A person skilled in the art can clearly understand that, for the convenience and brevity of the description, the specific working process of the system, the device and the unit described above can refer to the corresponding process in the foregoing method embodiment, and details are not described herein again.

In the several embodiments provided by the present application, it should be understood that the disclosed apparatus and method may be implemented in other manners. For example, the device embodiments described above are merely illustrative, for example, the division of the units is only a logical function division, actual There may be additional divisions at present, for example multiple units or components may be combined or integrated into another system, or some features may be omitted or not implemented. In addition, the mutual coupling or direct coupling or communication connection shown or discussed may be an indirect coupling or communication connection through some interface, device or unit, or an electrical, mechanical or other form of connection.

The units described as separate components may or may not be physically separated, and the components displayed as units may or may not be physical units, that is, may be located in one place, or may be distributed to multiple network units. Some or all of the units may be selected according to actual needs to achieve the objectives of the embodiments of the present invention.

In addition, each functional unit in each embodiment of the present invention may be integrated into one processing unit, or each unit may exist physically separately, or two or more units may be integrated into one unit. The above integrated unit can be implemented in the form of hardware or in the form of a software functional unit. Specifically, it can be implemented by means of software and necessary general hardware. The general-purpose hardware includes a general-purpose integrated circuit, a general-purpose CPU, a general-purpose memory, a general-purpose component, and the like, and of course, the dedicated hardware includes an application-specific integrated circuit, a dedicated CPU, and a dedicated memory. , special components, etc. to achieve.

The integrated unit, if implemented in the form of a software functional unit and sold or used as a standalone product, may be stored in a computer readable storage medium. Based on such understanding, the technical solution of the present invention contributes in essence or to the prior art, or all or part of the technical solution may be embodied in the form of a software product stored in a storage medium. A number of instructions are included to cause a computer device (which may be a personal computer, server, or network device, etc.) to perform all or part of the steps of the methods described in various embodiments of the present invention. The foregoing storage medium includes: a U disk, a mobile hard disk, a read-only memory (English: Read-Only Memory, abbreviated as ROM), a random access memory (English: Random Access Memory, abbreviated as RAM), a magnetic disk or an optical disk, and the like. A variety of media that can store program code.

The above is only the specific embodiment of the present invention, but the scope of the present invention is not limited thereto, and any equivalent person can be easily conceived within the technical scope of the present invention by any person skilled in the art. Modifications or substitutions are intended to be included within the scope of the invention.

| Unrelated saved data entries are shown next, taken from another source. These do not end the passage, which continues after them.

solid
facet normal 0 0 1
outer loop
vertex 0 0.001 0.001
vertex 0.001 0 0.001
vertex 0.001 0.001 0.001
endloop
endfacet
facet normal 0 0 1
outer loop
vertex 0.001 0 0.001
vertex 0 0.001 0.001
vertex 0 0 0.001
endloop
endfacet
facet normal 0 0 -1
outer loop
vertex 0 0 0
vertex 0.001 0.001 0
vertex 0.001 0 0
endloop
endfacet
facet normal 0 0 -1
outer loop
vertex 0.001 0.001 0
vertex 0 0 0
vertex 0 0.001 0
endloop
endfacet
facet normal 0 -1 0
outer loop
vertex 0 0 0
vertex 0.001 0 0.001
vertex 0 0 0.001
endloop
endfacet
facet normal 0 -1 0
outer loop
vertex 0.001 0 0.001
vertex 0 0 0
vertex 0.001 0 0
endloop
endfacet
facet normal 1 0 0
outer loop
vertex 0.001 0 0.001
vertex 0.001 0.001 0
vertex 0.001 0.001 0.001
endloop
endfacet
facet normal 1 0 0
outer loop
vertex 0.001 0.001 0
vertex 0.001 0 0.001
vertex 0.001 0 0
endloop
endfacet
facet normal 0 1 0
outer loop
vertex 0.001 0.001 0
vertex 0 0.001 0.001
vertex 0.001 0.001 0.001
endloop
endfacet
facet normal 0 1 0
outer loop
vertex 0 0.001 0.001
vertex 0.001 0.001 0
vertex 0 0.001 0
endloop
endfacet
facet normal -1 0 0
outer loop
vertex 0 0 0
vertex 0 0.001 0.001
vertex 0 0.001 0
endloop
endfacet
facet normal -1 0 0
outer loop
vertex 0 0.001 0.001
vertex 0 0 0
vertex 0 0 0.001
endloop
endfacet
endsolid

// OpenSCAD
// t_path — the spine IR and the frame compiler. Pure data: nothing renders.
// This whole file is only possible because the IR is data (docs/developer/verification.md).

use <../src/uniTube.scad>;

// ============================================ the worked 90-degree elbow (docs/reference/ir.md)
c = [35, 15, 0];
u = [0, -1, 0];
v = [1, 0, 0];
elbow =
ut_spine([ut_line([0, 0, 0], [35, 0, 0]), ut_arc(c, u, v, 15, 90), ut_line([50, 15, 0], [50, 50, 0])]);

// The arc's endpoints and tangents, verifiable by hand with no rendering:
segA = ut_segs(elbow)[1];
assert(norm(ut_seg_p0(segA) - [35, 0, 0]) < 1e-9, "arc start = c + r*u");
assert(norm(ut_seg_p1(segA) - [50, 15, 0]) < 1e-9, "arc end = c + r*v at 90 deg");
assert(norm(ut_seg_t0(segA) - [1, 0, 0]) < 1e-9, "arc start tangent = v");
assert(norm(ut_seg_t1(segA) - [0, 1, 0]) < 1e-9, "arc end tangent = -u at 90 deg");

// EXIT CRITERION: exact developed length, no tessellation.
assert(
    abs(ut_length(elbow) - 93.5619449019) < 1e-9,
    str("exact developed length must be 93.5619449019, got ", ut_length(elbow))
);

// ============================================ SPINE invariants must abort
// (Each of these is verified by the negative tests in `just check` rather than
// here, since an assert that fires cannot be caught inside OpenSCAD.)

// ============================================ stations
sts = ut_stations(elbow, [["frame", "transport"]]);
N = len(sts);
assert(N >= 4, str("expected several stations, got ", N));

// STATION-1 — no two consecutive positions coincide (the dedupe that kills the
// coincident-point NaN in path_extrude.scad:58).
assert(
    min([for (i = [0:N - 2]) norm(ut_st_p(sts[i + 1]) - ut_st_p(sts[i]))]) > 1e-9,
    "STATION-1: duplicate consecutive stations"
);

// STATION-2 — orthonormal frames, no scale, no shear.
assert(max([for (s = sts) abs(norm(ut_st_t(s)) - 1)]) < 1e-9, "STATION-2: |t| = 1");
assert(max([for (s = sts) abs(norm(ut_st_n(s)) - 1)]) < 1e-9, "STATION-2: |n| = 1");
assert(max([for (s = sts) abs(ut_st_t(s) * ut_st_n(s))]) < 1e-9, "STATION-2: n must be orthogonal to t");

// STATION-3 — EXACT terminal tangents, not smoothed finite differences.
// This is what a threaded adapter is clocked against; inference measured 1.18 deg
// of skew here, which is ~0.4 mm of gap across a 20 mm flange.
assert(norm(ut_st_t(sts[0]) - [1, 0, 0]) < 1e-12, "STATION-3: first tangent must be EXACTLY [1,0,0]");
assert(norm(ut_st_t(sts[N - 1]) - [0, 1, 0]) < 1e-12, "STATION-3: last tangent must be EXACTLY [0,1,0]");

// STATION-4 — arclength starts at 0, strictly increases, ends at ut_length().
assert(abs(ut_st_s(sts[0])) < 1e-12, "STATION-4: s[0] = 0");
assert(min([for (i = [0:N - 2]) ut_st_s(sts[i + 1]) - ut_st_s(sts[i])]) > 0, "STATION-4: s strictly increasing");
assert(abs(ut_st_s(sts[N - 1]) - ut_length(elbow)) < 1e-6, "STATION-4: s[last] = exact developed length");

// STATION-5 — bounded turn between consecutive tangents.
assert(max([for (i = [0:N - 2]) ut_turn(ut_st_t(sts[i]), ut_st_t(sts[i + 1]))]) < 45, "STATION-5: bounded turn");

// EXIT CRITERION: a PLANAR bend produces EXACTLY zero twist.
// The roll reference [0,0,1] is parallel to the bend axis [0,0,1], and Rodrigues
// leaves a vector parallel to its axis invariant. docs/developer/history.md §2.
assert(
    max([for (s = sts) norm(ut_st_n(s) - [0, 0, 1])]) < 1e-12,
    "a planar bend must produce exactly zero twist -- every normal stays [0,0,1]"
);

// ============================================ the frame matrix
m = ut_st_mat(sts[N - 1]);
assert(abs(m[0][3] - 50) < 1e-9 && abs(m[1][3] - 50) < 1e-9, "ut_st_mat: translation column is the position");
det = m[0][0] * (m[1][1] * m[2][2] - m[1][2] * m[2][1]) - m[0][1] * (m[1][0] * m[2][2] - m[1][2] * m[2][0]) + m[0][2] * (m[1][0] * m[2][1] - m[1][1] * m[2][0]);
assert(abs(det - 1) < 1e-9, str("ut_st_mat: rotation must be right-handed with det +1, got ", det));

// ============================================ a NON-planar path really does twist
// Two bends in different planes: the frame must carry roll through, and must not
// spiral. This is the case half_curvedPipe.scad existed to solve.
sp2 = ut_spine(
    [
        ut_line([0, 0, 0], [30, 0, 0]), // +X
        ut_arc_from([30, 20, 0], [30, 0, 0], [50, 20, 0], [0, 0, 1]), // bend in XY: +X -> +Y
        ut_line([50, 20, 0], [50, 50, 0]), // +Y
        ut_arc_from([50, 50, 20], [50, 50, 0], [50, 70, 20], [1, 0, 0]), // bend in YZ: +Y -> +Z
        ut_line([50, 70, 20], [50, 70, 60]), // +Z, vertical: the UP-seed degeneracy
    ]
);
s2 = ut_stations(sp2);
assert(max([for (s = s2) abs(ut_st_t(s) * ut_st_n(s))]) < 1e-9, "non-planar: frames stay orthonormal");
assert(abs(ut_st_s(s2[len(s2) - 1]) - ut_length(sp2)) < 1e-6, "non-planar: arclength closes");
// The final leg runs straight up (+Z), where the UP seed is degenerate. The
// fallback must keep every normal finite -- this is the NaN that killed the
// previous attempt's own flagship example.
nlast = ut_st_n(s2[len(s2) - 1]);
assert(is_num(nlast[0]) && is_num(nlast[1]) && is_num(nlast[2]), "vertical final leg must not produce NaN normals");

// ============================================ explicit twist distributes by arclength
tw = ut_stations(elbow, [["twist", 90]]);
assert(abs(_t_roll(ut_st_n(tw[0]), [0, 0, 1])) < 1e-9, "twist: zero at the start");
function _t_roll(a, b) = ut_turn(a, b);
assert(abs(_t_roll(ut_st_n(tw[len(tw) - 1]), [0, 0, 1]) - 90) < 1e-6, "twist: full 90 deg by the end");

// ============================================ closed paths
// The machinery existed from Phase 1 and was unreachable; this is the coverage
// it never had. Reachable through ut_spine only -- ut_polyline refuses closed
// explicitly, and ut_turtle / ut_curve have no such parameter.
CR = 60;
loop = ut_spine(
    [
        ut_arc([0, 0, 0], [1, 0, 0], [0, 1, 0], CR, 90),
        ut_arc([0, 0, 0], [0, 1, 0], [-1, 0, 0], CR, 90),
        ut_arc([0, 0, 0], [-1, 0, 0], [0, -1, 0], CR, 90),
        ut_arc([0, 0, 0], [0, -1, 0], [1, 0, 0], CR, 90),
    ],
    closed=true
);

assert(ut_closed(loop), "the spine records that it is closed");
assert(abs(ut_length(loop) - 2 * PI * CR) < 1e-9, "exact circumference, no tessellation");

csts = ut_stations(loop);
CN = len(csts);

// STATION-7 — NO duplicated terminal station. The last raw sample coincides with
// the first by construction; it must survive long enough to measure the loop
// holonomy but must not reach the backend, or the wrap ring stitches a station
// to itself. Measured before the fix: 88 degenerate triangles out of 2904.
assert(
    norm(ut_st_p(csts[CN - 1]) - ut_st_p(csts[0])) > 1,
    "STATION-7: a closed station list must not duplicate its terminal station"
);
assert(min([for (i = [0:CN - 2]) norm(ut_st_p(csts[i + 1]) - ut_st_p(csts[i]))]) > 1e-9, "STATION-1 holds too");

// And the emitted mesh has no degenerate faces.
crgn = ut_solid_rgn(ut_round(od=14, wall=2));
cpts = ut_mesh_points(crgn, csts, true);
cfcs = ut_mesh_faces(crgn, csts, true);
assert(
    len([for (f = cfcs) if (norm(cross(cpts[f[1]] - cpts[f[0]], cpts[f[2]] - cpts[f[0]])) / 2 < 1e-9) 1]) == 0,
    "a closed sweep must emit no degenerate triangles"
);

// The loop holonomy is measured, absorbed and distributed, so the seam meets
// itself: consecutive normals stay one step apart all the way round, including
// across the wrap from the last station back to the first.
assert(
    ut_turn(ut_st_n(csts[CN - 1]), ut_st_n(csts[0])) < 1e-6,
    str("closed-loop holonomy residual must vanish, got ", ut_turn(ut_st_n(csts[CN - 1]), ut_st_n(csts[0])))
);
assert(max([for (s = csts) abs(ut_st_t(s) * ut_st_n(s))]) < 1e-9, "frames stay orthonormal all the way round");

// ================================================================ ut_at
// ut_at() had NO test at all, which is why the bug below survived: it reads
// position and tangent EXACTLY from the spine, and the tangent was wrong on
// every P segment.

// L and A segments are exact by construction.
apath = ut_polyline([[0, 0, 0], [60, 0, 0], [60, 60, 0]], r=20);
assert(norm(ut_at(apath, 10)[0] - [10, 0, 0]) < 1e-9, "ut_at: position on a straight");
assert(ut_turn(ut_at(apath, 10)[1], [1, 0, 0]) < 1e-9, "ut_at: tangent on a straight");
assert(
    ut_turn(ut_at(apath, ut_length(apath) / 2)[1], ut_unit([1, 1, 0])) < 1e-9,
    "ut_at: the midpoint of a symmetric elbow bisects the turn exactly"
);
assert(ut_turn(ut_at(apath, ut_length(apath))[1], [0, 1, 0]) < 1e-9, "ut_at: the far end tangent");

// A P segment. The tangent is interpolated along the chord, so at a SAMPLE it is
// exactly the stored tangent. It used to be t[i+1] for every s, so ut_at(p, 0)
// returned the tangent one sample downstream -- measured 8.94 degrees out at the
// start of this very helix, one full sample's rotation, on a public function
// documented to return the tangent at s.
hf = function(t) [40 * cos(360 * t), 40 * sin(360 * t), 30 * t];
hd = function(t) [-2 * PI * 40 * sin(360 * t), 2 * PI * 40 * cos(360 * t), 30];
hp = ut_curve(hf, n=40, dfdt=hd);
HL = ut_length(hp);
assert(
    ut_turn(ut_at(hp, 0)[1], ut_unit(hd(0))) < 1e-9,
    str("ut_at: the tangent at s=0 is the tangent AT s=0, got ", ut_turn(ut_at(hp, 0)[1], ut_unit(hd(0))), " deg")
);
assert(ut_turn(ut_at(hp, HL)[1], ut_unit(hd(1))) < 1e-9, "ut_at: and at the far end");
// Between samples it stays second order -- 0.021 deg worst case at n=40.
assert(
    max([for (fr = [0.012, 0.137, 0.5, 0.863, 0.988]) ut_turn(ut_at(hp, HL * fr)[1], ut_unit(hd(fr)))]) < 0.05,
    "ut_at: interpolated tangents stay within 0.05 deg between samples"
);
// Position still walks the chain correctly.
assert(norm(ut_at(hp, 0)[0] - hf(0)) < 1e-9, "ut_at: position at s=0");

cube(0.001); // sentinel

Therefore, the scope of protection of the present invention should be protected by the scope of the claims. quasi.

Claims (22)

1. A data transmission method for a wireless local area network (WLAN), characterized in that the method comprises:

   The access point AP sends a scheduling frame to a plurality of station STAs, where the scheduling frame includes an identifier of the STA participating in the uplink data transmission and priority information used to distinguish the primary STA from the secondary STA.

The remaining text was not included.